Quote verbatim the span of lines that begins the listing below and closes with the line containing "f 265 171 167".

┌─ Records provided

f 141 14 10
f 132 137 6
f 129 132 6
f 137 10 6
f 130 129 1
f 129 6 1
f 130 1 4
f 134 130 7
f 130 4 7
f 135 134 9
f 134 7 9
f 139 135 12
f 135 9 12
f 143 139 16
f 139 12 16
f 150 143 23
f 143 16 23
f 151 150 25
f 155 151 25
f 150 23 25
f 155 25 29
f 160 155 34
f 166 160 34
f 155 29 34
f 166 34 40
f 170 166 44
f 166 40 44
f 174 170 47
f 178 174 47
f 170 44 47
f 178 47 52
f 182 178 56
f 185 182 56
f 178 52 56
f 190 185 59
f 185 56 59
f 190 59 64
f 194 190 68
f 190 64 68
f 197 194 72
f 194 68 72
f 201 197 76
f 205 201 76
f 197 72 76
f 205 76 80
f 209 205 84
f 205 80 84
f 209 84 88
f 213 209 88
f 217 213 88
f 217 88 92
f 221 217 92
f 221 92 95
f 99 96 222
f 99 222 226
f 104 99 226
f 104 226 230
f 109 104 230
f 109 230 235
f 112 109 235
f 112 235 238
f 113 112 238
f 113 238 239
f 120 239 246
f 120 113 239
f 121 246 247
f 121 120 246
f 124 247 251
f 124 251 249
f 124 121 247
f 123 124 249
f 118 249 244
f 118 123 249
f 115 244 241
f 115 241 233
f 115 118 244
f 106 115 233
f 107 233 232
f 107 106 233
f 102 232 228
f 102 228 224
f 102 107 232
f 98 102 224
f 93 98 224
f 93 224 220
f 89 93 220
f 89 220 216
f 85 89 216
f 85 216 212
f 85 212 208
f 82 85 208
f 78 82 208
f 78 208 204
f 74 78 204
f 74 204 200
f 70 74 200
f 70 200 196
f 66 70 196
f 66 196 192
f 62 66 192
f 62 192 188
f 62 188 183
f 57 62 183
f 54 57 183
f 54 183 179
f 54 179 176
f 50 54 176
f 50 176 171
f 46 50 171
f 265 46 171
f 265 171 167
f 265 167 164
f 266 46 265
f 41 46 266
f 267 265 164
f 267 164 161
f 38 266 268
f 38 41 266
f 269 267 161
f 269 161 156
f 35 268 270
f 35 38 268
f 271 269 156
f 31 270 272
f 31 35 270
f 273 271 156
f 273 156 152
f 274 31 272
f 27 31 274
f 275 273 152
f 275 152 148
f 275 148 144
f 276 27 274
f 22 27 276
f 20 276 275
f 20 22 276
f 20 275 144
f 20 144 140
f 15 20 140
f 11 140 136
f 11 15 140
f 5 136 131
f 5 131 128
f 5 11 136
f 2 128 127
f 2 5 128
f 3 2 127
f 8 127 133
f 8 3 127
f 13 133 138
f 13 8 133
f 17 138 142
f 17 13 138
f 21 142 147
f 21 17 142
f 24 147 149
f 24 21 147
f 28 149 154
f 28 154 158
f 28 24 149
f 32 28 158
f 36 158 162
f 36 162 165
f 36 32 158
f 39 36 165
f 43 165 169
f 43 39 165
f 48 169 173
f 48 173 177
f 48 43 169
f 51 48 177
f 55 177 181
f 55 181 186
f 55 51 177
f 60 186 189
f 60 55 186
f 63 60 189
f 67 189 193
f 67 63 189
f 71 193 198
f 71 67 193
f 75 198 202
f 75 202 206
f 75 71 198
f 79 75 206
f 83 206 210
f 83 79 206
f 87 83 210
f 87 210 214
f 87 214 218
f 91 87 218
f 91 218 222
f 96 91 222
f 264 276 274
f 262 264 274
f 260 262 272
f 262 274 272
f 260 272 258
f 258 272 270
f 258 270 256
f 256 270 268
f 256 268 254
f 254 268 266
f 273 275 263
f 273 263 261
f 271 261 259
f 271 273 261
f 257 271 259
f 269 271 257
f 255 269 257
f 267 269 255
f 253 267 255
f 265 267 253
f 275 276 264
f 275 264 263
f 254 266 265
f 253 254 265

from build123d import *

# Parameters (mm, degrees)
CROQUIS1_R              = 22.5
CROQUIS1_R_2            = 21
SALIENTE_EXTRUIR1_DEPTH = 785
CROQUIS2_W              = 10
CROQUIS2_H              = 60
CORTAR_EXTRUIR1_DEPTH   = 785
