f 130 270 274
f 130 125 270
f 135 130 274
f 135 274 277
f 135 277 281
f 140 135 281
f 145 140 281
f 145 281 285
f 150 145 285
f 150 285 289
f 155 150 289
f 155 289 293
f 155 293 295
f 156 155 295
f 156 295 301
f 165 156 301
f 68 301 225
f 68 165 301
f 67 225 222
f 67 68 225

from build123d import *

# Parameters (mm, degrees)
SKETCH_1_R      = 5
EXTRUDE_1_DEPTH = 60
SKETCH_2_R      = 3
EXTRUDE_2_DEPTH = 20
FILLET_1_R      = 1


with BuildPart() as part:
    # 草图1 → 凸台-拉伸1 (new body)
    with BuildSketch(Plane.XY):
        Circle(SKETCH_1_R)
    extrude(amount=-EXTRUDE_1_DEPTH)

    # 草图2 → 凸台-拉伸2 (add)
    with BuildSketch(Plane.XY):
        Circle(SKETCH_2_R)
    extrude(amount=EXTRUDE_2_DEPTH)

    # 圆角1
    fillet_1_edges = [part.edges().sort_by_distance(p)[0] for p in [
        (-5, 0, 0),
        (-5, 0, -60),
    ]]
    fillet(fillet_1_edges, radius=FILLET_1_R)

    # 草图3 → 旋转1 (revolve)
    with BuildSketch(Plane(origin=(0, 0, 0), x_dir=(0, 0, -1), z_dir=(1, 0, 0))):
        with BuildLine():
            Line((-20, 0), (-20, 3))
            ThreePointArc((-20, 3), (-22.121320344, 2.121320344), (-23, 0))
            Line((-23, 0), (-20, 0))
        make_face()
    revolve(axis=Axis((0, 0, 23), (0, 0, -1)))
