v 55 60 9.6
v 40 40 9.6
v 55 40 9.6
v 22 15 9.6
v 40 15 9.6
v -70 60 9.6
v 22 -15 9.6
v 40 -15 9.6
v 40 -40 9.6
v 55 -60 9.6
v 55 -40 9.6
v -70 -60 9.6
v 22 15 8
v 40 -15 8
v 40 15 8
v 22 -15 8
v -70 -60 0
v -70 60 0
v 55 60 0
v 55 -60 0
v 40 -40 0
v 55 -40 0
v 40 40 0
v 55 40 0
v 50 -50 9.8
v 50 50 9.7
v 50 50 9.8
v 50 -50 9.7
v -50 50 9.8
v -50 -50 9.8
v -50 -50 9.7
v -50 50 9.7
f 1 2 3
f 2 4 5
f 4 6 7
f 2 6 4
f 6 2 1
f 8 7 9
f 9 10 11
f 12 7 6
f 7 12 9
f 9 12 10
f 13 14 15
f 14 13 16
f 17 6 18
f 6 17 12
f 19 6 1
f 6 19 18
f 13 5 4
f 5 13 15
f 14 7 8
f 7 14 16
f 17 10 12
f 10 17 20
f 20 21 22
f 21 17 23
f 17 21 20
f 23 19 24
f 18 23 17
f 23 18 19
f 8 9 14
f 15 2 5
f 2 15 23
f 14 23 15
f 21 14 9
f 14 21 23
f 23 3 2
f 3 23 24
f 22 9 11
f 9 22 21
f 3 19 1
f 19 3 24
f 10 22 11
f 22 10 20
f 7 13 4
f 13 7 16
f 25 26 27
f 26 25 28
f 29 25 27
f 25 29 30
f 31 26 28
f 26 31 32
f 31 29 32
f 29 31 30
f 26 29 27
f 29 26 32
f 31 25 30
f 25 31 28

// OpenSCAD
// file: stencil-frame.scad
$fa = 1.0;
$fs = 0.4;

use <../lib/lib.scad>
use <./pcb.scad>

function stencilWidth() = 100;
function stencilDepth() = stencilWidth();
function stencilHeight() = 0.1;

function stencilFrameWidth() = 1.4 * stencilWidth();
function stencilFrameDepth() = 1.2 * stencilDepth();
function stencilFrameHeight() = 8;

module stencil()
{
	translate
	([
		-0.5 * stencilWidth(),
		-0.5 * stencilDepth(),
		0
	])
	cube
	([
		stencilWidth(),
		stencilDepth(),
		stencilHeight()
	]);
}

module stencilFrame()
{
	difference()
	//union()
	{
		union()
		{
			translate([-0.5 * stencilFrameWidth(), -0.5 * stencilFrameDepth(), 0])
			cube
			([
				stencilFrameWidth(),
				stencilFrameDepth(),
				stencilFrameHeight()
			]);

			// shoulder
			cmirror([0, 1, 0])
			translate
			([
				-0.5 * stencilFrameWidth(),
				0.5 * pcbDepth(),
				stencilFrameHeight()
			])
			cube
			([
				stencilFrameWidth(),
				0.5 * (stencilFrameDepth() - pcbDepth()),
				pcbHeight()
			]);

			mirror([1, 0, 0])
			translate
			([
				0.5 * pcbWidth(),
				-0.5 * stencilFrameDepth(),
				stencilFrameHeight()
			])
			cube
			([
				0.5 * (stencilFrameWidth() - pcbWidth()),
				stencilFrameDepth(),
				pcbHeight()
			]);
			}

		translate
		([
			0.5 * stencilFrameWidth() - 30,
			-40,
			-stencilFrameHeight()
		])
		cube
		([
			50,
			80,
			3 * stencilFrameHeight()
		]);

		translate
		([
			0.5 * stencilFrameWidth() - 15,
			-0.6 * stencilFrameDepth(),
			-stencilFrameHeight()
		])
		cube
		([
			50,
			1.2 * stencilFrameDepth(),
			3 * stencilFrameHeight()
		]);

	}

}
// file: pcb.scad
function pcbWidth() = 44;
function pcbDepth() = 30;
function pcbHeight() = 1.6;

module pcb()
{
	translate([-0.5 * pcbWidth(), -0.5 * pcbDepth(), 0])
	cube
	([
		pcbWidth(), 
		pcbDepth(),
		pcbHeight()
	]);
}
// file: ../lib/lib.scad
function sel(v, indices) = [ for (i = indices) v[i] ];
function eps() = 0.01;

module cmirror(v = [1, 0, 0])
{
	children();
	mirror(v)
		children();
}

module rcube2d
(
	s = [10, 10, 10],
	r = 2,
	singleSided = false,
)
{
	width = s[0];
	depth = s[1];
	height = s[2];

	union()
	{
		cmirror([0, 1, 0])
		cmirror()
		translate([(width - r) / 2, (depth - r) / 2, 0])
		cylinder(h = height, d = r);
		translate([-(width - r) / 2, -depth / 2, 0])
		cube([width - r, depth, height]);
		translate([-width / 2, -(depth - r) / 2, 0])
		cube([width, depth - r, height]);
	}

	if (singleSided)
	{
		translate([-width / 2, -depth / 2, 0])
		cube([width, r, height]);
	}
}

module rcube3d
(
	s = [10, 10, 10],
	r = 2,
	singleSided = false,
)
{
	width = s[0];
	depth = s[1];
	height = s[2];

	w2 = width - r;
	d2 = depth - r;
	h2 = height - r;

	translate([0, 0, r / 2])
	rcube2d([width, depth, h2], r);

	translate([0, 0, height / 2])
	cmirror([0, 0, 1])
	cmirror([0, 1, 0])
	translate([0, d2 / 2, (height - r) / 2])
	translate([-w2 / 2, 0, 0])
	rotate([0, 90, 0])
	cylinder(h = w2, d = r);

	translate([0, 0, height / 2])
	cmirror([0, 0, 1])
	cmirror()
	translate([w2 / 2, 0, h2 / 2])
	translate([0, d2 / 2, 0])
	rotate([90, 0, 0])
	cylinder(h = d2, d = r);

	translate([-w2 / 2, -d2 / 2, 0])
	cube([w2, d2, height]);

	translate([0, 0, height / 2])
	cmirror([0, 0, 1])
	cmirror([0, 1, 0])
	cmirror()
	translate([w2 / 2, d2 / 2, h2 / 2])
	sphere(r / 2);

	if (singleSided)
	{
		translate([0, -depth / 2, height / 2])
		rotate([-90, 0, 0])
		rcube2d([width, height, r], r);
	}
}

module rcube
(
	s = [10, 10, 10],
	r = 2,
	flat = true,
	singleSided = false,
	aX = 0,
	aY = 0,
	aZ = 0,
)
{
	width = s[0];
	depth = s[1];
	height = s[2];

	rw = r > width ? width : r;

	translate
	([
		(1 - aX) * width / 2,
		(1 - aY) * depth / 2,
		-aZ * height / 2
	])
	if (flat)
		rcube2d(s, rw, singleSided);
	else
	{
		rh = rw > height ? height : rw;
		rcube3d(s, rh, singleSided);
	}
}

module chamfer
(
	s = [10, 20, 6],
	round = true,
	aX = 0,
	aY = 0,
	aZ = 0,
	rotation = 0,
)
{
	width = s[0];
	depth = s[1];
	height = s[2];

	r = width < height ? width : height;

	rotate([0, rotation * 90, 0])
	translate
	([
		-aX * r / 2,
		-aY * depth / 2,
		-aZ * r / 2
	])
	if (round)
	{
		difference()
		{
			cube(s);

			translate([r, -depth / 2, 0])
			union()
			{
				translate([0, 0, r])
				rotate([-90, 0, 0])
				cylinder(d = 2 * r, h = 2 * depth);

				translate([0, 0, -r / 2])
				cube([2 * width, 2 * depth, 2 * r]);

				translate([-1.5 * r, 0, r])
				cube([2 * r, 2 * depth, 2 * height]);
			}
		}
	}
	else
	{
		difference()
		{
			cube(s);

			translate([0, 1.5 * depth, 0])
			rotate([90, 0, 0])
			linear_extrude(2 * depth)
			polygon
			([
				[ 2 * width, -1 * height],
				[ 2 * width,  2 * height],
				[-1 * width,  2 * height],
			]);
		}
	}
}
// main file
$fa = 1.0;
$fs = 0.4;

use <../lib/lib.scad>
use <./pcb.scad>
use <./stencil-frame.scad>

extShow = true;

color([0.6, 0.6, 0.6, 1])
stencilFrame();

if (extShow)
{

	color([0, 0.6, 0, 1])
	translate([0, 0, stencilFrameHeight()])
	pcb();

	color([0.8, 0.8, 0.8, 0.6])
	translate([0, 0, stencilFrameHeight() + pcbHeight() + 0.1])
	stencil();

}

└─

▶ _Response to the exercise_
f 141 14 10
f 132 137 6
f 129 132 6
f 137 10 6
f 130 129 1
f 129 6 1
f 130 1 4
f 134 130 7
f 130 4 7
f 135 134 9
f 134 7 9
f 139 135 12
f 135 9 12
f 143 139 16
f 139 12 16
f 150 143 23
f 143 16 23
f 151 150 25
f 155 151 25
f 150 23 25
f 155 25 29
f 160 155 34
f 166 160 34
f 155 29 34
f 166 34 40
f 170 166 44
f 166 40 44
f 174 170 47
f 178 174 47
f 170 44 47
f 178 47 52
f 182 178 56
f 185 182 56
f 178 52 56
f 190 185 59
f 185 56 59
f 190 59 64
f 194 190 68
f 190 64 68
f 197 194 72
f 194 68 72
f 201 197 76
f 205 201 76
f 197 72 76
f 205 76 80
f 209 205 84
f 205 80 84
f 209 84 88
f 213 209 88
f 217 213 88
f 217 88 92
f 221 217 92
f 221 92 95
f 99 96 222
f 99 222 226
f 104 99 226
f 104 226 230
f 109 104 230
f 109 230 235
f 112 109 235
f 112 235 238
f 113 112 238
f 113 238 239
f 120 239 246
f 120 113 239
f 121 246 247
f 121 120 246
f 124 247 251
f 124 251 249
f 124 121 247
f 123 124 249
f 118 249 244
f 118 123 249
f 115 244 241
f 115 241 233
f 115 118 244
f 106 115 233
f 107 233 232
f 107 106 233
f 102 232 228
f 102 228 224
f 102 107 232
f 98 102 224
f 93 98 224
f 93 224 220
f 89 93 220
f 89 220 216
f 85 89 216
f 85 216 212
f 85 212 208
f 82 85 208
f 78 82 208
f 78 208 204
f 74 78 204
f 74 204 200
f 70 74 200
f 70 200 196
f 66 70 196
f 66 196 192
f 62 66 192
f 62 192 188
f 62 188 183
f 57 62 183
f 54 57 183
f 54 183 179
f 54 179 176
f 50 54 176
f 50 176 171
f 46 50 171
f 265 46 171
f 265 171 167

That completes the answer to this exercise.